:: Supplied data

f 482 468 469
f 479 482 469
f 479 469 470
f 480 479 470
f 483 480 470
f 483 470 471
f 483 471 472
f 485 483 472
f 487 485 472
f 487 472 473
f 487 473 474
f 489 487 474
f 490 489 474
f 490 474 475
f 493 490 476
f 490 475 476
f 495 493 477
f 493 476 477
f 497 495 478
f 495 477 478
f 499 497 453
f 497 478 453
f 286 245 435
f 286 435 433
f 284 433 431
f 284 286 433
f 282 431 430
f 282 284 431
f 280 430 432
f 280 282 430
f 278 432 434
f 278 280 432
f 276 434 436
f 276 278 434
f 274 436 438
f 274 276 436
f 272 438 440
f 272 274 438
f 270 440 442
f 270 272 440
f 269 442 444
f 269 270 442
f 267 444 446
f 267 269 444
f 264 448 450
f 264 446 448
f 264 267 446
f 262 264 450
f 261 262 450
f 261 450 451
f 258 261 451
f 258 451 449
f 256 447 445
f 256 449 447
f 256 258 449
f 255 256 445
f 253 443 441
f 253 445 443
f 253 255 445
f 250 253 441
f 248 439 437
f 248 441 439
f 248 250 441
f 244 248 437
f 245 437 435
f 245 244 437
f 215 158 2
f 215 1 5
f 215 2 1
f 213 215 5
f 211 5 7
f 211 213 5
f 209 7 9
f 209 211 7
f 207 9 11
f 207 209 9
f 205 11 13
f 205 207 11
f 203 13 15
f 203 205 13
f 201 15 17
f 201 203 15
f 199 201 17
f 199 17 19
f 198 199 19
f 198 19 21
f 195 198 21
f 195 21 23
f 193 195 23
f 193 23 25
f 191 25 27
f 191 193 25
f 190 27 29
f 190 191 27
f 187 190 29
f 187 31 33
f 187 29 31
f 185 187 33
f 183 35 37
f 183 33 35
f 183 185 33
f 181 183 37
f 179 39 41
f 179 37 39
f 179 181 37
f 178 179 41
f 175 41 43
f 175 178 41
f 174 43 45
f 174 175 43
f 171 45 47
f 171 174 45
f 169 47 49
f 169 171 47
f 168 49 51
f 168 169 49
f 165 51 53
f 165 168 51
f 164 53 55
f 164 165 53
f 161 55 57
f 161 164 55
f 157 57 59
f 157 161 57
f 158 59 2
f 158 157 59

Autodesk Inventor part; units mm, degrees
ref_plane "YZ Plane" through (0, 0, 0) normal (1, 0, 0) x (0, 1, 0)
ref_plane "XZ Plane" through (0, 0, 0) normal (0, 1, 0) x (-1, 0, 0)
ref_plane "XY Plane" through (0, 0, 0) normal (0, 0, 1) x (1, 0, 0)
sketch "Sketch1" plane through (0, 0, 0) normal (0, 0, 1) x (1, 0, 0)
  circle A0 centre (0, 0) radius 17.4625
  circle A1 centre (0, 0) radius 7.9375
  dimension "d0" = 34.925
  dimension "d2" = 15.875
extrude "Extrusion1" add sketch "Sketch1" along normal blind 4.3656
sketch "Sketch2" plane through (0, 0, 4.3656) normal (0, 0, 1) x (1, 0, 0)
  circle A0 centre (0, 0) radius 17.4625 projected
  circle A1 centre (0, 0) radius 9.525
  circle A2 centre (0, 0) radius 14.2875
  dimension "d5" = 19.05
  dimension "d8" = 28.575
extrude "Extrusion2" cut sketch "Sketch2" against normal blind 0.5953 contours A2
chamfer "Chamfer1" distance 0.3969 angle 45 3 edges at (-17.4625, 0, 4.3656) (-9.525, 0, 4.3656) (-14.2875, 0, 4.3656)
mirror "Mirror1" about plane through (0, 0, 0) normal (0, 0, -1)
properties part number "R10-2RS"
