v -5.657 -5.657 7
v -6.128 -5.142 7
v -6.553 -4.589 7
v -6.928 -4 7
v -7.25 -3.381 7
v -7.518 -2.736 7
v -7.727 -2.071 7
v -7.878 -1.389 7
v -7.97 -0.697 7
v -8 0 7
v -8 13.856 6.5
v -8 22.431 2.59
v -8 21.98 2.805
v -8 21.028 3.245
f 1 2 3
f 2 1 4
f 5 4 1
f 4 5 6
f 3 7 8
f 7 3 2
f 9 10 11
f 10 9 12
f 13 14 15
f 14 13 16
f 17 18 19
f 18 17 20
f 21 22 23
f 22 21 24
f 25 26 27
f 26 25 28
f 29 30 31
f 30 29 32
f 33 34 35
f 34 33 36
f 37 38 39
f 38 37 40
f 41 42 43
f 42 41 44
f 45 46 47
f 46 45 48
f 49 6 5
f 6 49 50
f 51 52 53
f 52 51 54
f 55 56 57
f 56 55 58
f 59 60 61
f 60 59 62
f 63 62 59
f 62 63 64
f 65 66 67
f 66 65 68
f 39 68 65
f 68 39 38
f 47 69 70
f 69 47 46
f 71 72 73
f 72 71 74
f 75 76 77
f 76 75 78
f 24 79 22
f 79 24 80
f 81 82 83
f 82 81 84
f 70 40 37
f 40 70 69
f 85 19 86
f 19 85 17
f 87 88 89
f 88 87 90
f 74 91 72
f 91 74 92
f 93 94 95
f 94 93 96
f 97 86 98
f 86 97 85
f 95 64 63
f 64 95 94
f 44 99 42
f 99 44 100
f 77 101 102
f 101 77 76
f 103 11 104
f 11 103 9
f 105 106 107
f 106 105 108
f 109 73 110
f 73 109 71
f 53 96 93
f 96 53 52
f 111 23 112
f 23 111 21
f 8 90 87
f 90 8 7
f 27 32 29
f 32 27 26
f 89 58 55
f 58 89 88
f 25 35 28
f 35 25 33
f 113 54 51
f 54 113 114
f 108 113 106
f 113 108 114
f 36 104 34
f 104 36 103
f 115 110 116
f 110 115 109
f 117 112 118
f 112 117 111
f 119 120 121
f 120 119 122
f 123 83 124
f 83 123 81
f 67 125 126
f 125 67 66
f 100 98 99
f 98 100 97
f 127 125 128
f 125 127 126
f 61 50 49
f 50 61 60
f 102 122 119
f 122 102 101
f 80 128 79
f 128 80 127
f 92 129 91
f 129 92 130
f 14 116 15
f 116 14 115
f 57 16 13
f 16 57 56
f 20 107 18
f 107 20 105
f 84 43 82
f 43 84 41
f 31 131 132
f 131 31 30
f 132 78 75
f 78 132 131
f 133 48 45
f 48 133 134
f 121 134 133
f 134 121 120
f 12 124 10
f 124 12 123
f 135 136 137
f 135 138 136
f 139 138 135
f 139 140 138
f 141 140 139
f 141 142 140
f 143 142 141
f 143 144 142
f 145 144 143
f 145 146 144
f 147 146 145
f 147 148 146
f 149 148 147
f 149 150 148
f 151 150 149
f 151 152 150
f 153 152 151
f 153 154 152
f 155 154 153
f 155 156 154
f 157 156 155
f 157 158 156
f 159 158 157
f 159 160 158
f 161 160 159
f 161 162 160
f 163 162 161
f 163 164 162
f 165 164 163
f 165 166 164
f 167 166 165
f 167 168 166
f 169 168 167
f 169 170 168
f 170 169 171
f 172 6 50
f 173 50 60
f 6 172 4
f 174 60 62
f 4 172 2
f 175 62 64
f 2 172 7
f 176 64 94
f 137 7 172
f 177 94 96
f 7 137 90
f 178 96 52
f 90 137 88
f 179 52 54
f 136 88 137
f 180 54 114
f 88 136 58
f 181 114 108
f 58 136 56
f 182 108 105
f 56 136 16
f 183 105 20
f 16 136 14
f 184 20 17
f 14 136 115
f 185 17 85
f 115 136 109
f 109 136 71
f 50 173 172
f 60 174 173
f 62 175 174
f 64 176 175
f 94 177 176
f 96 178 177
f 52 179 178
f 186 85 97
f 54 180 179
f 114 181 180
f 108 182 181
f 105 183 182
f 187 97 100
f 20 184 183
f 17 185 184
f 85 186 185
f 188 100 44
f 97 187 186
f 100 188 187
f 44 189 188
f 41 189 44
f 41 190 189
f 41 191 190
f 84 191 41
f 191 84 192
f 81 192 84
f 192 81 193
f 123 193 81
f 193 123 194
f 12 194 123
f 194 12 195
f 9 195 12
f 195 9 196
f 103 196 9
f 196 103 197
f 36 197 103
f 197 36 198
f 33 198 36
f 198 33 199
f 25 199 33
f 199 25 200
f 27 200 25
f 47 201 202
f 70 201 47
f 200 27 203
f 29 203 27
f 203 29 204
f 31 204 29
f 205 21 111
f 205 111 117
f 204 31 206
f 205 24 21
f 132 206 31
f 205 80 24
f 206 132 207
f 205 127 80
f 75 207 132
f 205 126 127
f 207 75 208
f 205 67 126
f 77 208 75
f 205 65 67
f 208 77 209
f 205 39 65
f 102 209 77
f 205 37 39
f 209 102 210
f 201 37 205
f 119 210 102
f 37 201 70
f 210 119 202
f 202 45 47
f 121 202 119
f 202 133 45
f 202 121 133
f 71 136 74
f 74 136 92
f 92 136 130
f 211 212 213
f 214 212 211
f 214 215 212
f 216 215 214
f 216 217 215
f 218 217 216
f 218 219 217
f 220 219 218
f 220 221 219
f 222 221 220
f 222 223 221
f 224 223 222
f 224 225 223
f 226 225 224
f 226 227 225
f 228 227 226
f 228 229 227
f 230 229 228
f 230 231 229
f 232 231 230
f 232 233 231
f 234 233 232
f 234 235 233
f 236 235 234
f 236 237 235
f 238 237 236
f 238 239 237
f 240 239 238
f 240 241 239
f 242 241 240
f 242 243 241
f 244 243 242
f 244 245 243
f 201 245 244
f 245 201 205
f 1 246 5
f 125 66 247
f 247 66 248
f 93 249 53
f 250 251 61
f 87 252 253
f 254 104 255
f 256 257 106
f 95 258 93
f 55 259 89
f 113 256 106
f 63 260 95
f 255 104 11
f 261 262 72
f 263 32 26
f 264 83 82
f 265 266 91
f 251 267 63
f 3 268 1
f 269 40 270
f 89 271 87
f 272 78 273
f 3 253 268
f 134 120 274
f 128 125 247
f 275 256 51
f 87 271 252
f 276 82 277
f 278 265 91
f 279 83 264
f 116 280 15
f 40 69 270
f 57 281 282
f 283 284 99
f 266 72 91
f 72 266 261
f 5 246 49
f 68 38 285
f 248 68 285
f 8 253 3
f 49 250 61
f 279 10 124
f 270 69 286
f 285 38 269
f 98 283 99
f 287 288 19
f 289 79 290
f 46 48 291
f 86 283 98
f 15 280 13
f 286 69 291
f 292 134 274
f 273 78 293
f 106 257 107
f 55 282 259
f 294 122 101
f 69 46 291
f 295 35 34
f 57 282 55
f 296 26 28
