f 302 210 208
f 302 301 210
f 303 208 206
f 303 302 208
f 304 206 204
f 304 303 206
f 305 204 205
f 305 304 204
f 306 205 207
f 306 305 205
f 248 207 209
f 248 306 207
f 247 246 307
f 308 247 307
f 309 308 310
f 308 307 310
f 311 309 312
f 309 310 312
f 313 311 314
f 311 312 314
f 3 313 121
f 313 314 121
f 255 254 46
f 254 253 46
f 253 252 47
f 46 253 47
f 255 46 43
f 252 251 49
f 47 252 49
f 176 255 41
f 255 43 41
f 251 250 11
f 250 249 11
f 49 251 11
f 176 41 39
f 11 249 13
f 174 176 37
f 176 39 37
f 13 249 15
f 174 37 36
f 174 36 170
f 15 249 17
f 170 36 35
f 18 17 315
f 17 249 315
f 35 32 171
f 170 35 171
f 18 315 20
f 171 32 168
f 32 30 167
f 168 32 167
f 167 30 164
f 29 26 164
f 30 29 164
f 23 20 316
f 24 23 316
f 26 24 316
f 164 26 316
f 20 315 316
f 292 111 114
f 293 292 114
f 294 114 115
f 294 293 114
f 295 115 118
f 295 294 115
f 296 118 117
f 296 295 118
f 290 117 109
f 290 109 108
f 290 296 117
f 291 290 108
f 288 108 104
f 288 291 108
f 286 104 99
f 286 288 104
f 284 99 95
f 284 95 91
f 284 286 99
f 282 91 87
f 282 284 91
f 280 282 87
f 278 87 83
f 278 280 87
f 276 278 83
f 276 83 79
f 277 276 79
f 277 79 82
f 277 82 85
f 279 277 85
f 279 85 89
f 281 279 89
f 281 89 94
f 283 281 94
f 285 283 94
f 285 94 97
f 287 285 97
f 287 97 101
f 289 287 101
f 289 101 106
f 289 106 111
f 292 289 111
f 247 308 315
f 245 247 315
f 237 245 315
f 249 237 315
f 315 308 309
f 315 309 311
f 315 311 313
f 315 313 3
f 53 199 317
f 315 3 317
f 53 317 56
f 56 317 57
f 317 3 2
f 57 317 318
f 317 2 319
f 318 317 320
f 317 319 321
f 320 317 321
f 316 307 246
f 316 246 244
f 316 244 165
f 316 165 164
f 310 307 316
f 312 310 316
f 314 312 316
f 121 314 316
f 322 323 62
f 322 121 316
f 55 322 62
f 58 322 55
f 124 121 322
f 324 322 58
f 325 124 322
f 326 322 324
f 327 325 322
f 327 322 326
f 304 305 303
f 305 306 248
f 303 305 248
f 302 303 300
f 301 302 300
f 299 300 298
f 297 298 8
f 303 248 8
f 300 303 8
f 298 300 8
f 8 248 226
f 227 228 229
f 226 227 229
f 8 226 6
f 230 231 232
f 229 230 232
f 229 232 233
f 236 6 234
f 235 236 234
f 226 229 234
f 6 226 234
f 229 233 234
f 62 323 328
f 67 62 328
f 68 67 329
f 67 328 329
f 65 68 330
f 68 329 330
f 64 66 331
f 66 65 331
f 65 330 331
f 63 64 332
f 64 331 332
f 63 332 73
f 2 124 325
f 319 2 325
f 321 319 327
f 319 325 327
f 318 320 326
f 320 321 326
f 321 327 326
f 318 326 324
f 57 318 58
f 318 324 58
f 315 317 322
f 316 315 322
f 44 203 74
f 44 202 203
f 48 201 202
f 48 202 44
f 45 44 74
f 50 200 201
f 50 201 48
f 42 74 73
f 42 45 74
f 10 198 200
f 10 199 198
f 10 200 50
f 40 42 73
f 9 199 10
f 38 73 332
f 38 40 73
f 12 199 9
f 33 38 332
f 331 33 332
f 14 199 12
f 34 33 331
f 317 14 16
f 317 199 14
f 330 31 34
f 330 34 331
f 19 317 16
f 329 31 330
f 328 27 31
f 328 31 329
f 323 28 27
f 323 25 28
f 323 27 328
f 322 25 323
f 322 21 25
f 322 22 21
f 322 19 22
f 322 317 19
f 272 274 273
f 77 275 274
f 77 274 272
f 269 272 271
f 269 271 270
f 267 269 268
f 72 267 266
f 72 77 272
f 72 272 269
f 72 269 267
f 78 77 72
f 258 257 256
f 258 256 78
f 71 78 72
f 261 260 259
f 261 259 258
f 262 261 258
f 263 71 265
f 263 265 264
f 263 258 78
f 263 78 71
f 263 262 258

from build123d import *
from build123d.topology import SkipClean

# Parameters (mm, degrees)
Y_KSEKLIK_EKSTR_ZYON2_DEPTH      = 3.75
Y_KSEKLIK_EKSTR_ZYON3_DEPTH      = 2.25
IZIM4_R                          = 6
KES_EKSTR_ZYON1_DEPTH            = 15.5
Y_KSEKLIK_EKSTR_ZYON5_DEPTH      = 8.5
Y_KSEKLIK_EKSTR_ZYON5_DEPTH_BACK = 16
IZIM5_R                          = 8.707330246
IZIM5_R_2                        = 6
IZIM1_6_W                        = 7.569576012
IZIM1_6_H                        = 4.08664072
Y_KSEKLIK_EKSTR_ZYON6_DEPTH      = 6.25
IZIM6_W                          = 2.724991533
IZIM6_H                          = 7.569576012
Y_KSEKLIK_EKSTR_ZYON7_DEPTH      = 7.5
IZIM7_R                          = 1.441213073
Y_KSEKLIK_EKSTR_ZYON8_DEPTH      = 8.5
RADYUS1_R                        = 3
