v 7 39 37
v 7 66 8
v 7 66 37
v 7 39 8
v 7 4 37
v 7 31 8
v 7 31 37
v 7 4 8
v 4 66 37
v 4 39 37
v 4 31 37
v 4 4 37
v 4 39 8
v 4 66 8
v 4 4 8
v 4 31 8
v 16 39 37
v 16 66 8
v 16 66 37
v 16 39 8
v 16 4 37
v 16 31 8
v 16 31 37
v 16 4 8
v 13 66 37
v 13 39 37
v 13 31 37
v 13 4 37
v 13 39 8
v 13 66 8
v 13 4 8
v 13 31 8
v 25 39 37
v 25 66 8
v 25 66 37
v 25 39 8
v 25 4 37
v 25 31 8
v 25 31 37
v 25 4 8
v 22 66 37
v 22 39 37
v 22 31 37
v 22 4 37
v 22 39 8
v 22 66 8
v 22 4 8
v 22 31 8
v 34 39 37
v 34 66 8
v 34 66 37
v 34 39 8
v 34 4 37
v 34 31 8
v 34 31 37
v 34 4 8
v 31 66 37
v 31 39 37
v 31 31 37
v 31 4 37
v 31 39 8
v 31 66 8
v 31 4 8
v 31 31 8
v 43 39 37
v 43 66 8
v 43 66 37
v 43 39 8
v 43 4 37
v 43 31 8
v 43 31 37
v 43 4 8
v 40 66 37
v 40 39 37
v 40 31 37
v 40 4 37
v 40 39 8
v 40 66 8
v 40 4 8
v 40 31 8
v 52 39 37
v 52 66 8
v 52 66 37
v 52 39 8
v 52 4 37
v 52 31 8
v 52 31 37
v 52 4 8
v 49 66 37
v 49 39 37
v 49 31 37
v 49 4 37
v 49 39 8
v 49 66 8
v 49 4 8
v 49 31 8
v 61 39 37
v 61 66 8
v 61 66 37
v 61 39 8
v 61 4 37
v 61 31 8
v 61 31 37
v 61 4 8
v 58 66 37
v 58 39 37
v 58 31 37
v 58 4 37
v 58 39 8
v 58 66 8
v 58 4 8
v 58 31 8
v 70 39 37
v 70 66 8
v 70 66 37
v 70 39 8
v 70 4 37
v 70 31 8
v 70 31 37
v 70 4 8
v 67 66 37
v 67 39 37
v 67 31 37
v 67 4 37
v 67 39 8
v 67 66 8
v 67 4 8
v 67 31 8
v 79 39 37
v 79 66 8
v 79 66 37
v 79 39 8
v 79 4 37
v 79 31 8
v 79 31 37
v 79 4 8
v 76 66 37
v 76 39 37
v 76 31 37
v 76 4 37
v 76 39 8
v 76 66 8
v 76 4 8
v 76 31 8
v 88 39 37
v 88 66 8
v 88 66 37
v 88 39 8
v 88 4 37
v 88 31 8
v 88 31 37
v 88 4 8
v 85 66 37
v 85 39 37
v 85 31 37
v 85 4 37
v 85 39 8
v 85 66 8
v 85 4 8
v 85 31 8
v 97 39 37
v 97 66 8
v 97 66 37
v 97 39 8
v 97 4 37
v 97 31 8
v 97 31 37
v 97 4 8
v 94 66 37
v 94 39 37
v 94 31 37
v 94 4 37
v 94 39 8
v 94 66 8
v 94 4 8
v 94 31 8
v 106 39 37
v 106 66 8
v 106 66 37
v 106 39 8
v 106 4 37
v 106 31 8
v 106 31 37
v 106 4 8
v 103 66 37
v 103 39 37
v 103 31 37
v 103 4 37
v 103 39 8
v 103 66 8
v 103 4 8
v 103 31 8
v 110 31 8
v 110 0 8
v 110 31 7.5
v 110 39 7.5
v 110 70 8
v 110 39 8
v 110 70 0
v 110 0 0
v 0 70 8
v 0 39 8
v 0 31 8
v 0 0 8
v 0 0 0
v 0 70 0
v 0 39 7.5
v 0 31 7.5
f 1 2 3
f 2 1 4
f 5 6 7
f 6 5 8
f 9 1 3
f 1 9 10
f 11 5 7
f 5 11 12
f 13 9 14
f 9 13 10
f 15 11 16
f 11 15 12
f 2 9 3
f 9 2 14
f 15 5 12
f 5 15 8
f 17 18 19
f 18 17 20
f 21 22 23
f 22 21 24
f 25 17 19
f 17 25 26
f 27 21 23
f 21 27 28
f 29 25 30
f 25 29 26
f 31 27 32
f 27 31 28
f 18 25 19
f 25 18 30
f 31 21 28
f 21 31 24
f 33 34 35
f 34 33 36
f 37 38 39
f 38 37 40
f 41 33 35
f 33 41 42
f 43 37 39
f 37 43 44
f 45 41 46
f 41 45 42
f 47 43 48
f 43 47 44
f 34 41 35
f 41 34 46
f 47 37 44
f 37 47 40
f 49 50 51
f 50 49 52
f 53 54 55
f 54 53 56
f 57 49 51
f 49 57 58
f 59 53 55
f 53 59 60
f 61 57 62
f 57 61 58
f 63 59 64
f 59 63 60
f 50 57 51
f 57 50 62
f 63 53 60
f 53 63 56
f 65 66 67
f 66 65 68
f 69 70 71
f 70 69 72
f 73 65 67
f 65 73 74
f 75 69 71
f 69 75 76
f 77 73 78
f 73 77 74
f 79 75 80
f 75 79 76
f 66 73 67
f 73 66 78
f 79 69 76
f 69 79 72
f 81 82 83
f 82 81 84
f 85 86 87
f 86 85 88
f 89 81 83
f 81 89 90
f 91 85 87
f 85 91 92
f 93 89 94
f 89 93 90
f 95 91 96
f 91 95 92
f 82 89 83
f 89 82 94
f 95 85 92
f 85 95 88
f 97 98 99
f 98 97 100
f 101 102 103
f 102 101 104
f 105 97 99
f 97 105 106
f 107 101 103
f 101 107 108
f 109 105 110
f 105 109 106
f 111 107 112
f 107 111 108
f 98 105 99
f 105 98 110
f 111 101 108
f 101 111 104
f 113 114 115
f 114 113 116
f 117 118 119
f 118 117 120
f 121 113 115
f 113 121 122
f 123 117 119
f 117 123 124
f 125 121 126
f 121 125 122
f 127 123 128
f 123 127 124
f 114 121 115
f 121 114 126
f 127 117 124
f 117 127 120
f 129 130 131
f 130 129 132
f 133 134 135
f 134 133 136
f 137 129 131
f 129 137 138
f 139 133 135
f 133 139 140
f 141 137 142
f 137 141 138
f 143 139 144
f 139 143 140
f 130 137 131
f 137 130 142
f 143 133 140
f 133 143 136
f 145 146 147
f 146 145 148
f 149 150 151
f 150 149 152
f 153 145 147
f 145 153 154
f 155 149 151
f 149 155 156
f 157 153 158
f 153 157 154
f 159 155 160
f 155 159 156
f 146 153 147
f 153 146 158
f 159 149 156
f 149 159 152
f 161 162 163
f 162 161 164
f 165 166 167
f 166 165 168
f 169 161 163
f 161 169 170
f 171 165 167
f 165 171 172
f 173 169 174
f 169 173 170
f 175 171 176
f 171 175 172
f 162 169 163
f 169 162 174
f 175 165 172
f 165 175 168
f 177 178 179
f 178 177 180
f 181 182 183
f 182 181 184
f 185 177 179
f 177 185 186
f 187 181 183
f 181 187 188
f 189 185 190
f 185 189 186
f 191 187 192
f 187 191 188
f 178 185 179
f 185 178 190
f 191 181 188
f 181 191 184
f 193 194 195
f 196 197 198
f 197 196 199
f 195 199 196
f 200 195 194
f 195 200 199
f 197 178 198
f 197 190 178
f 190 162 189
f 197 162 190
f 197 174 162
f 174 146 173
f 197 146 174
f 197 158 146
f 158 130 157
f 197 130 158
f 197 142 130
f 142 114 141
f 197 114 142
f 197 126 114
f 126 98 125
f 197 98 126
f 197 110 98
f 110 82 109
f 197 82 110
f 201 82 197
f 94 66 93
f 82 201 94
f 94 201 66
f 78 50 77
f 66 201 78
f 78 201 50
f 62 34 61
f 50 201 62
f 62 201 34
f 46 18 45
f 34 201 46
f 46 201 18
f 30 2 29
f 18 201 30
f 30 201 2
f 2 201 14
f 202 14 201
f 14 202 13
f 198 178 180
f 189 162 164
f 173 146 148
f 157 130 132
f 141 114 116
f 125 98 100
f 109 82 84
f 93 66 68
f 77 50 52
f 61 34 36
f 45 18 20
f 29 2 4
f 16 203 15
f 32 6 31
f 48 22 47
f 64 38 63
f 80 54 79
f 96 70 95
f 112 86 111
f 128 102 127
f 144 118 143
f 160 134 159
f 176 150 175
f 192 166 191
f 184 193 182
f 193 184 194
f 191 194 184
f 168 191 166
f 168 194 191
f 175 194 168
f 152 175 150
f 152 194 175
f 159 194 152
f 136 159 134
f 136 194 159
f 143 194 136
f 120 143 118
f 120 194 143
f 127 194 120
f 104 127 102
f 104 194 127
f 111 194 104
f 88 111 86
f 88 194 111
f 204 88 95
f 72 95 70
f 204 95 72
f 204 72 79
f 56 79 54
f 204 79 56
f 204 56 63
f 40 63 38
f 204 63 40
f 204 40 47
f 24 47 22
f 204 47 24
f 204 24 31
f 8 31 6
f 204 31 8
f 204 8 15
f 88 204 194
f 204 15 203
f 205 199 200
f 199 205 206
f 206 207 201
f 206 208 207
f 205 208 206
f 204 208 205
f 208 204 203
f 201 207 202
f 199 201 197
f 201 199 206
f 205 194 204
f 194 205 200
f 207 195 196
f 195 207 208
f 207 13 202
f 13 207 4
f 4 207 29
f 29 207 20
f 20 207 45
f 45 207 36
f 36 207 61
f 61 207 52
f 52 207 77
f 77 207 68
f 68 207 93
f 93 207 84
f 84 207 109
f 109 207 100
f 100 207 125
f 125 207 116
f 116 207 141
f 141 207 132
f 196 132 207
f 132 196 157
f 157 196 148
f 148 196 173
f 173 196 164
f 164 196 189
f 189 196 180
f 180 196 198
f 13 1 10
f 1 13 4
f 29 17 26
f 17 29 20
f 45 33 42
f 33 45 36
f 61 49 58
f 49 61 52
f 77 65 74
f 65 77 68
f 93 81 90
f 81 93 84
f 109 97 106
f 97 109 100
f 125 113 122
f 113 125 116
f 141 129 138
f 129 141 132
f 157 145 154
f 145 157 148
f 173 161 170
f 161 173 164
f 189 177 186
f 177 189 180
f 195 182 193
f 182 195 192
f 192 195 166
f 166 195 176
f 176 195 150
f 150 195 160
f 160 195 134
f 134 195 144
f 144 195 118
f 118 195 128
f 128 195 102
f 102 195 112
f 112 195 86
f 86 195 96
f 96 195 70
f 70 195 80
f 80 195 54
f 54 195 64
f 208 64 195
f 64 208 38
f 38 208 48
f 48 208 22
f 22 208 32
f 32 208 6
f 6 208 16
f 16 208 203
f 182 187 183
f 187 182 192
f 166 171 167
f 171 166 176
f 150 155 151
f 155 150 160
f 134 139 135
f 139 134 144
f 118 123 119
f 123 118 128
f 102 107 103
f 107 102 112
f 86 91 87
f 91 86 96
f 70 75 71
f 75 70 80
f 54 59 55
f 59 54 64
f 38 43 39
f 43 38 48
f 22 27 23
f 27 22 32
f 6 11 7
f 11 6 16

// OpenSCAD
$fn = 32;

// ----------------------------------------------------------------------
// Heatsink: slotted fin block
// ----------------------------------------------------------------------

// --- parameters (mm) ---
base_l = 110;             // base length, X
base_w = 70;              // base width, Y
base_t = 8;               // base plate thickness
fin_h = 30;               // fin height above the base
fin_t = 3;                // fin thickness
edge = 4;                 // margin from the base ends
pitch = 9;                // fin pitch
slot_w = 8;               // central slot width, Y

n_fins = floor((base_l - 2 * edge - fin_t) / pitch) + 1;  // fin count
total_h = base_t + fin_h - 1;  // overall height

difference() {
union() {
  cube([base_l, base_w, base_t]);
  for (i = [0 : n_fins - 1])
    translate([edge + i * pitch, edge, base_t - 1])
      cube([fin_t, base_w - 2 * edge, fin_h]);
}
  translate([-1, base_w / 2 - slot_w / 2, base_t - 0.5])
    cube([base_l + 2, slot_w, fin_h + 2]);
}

::::

State the number of lines in the material holding the word "dimension". Add nothing else.

→ **Response area**: 4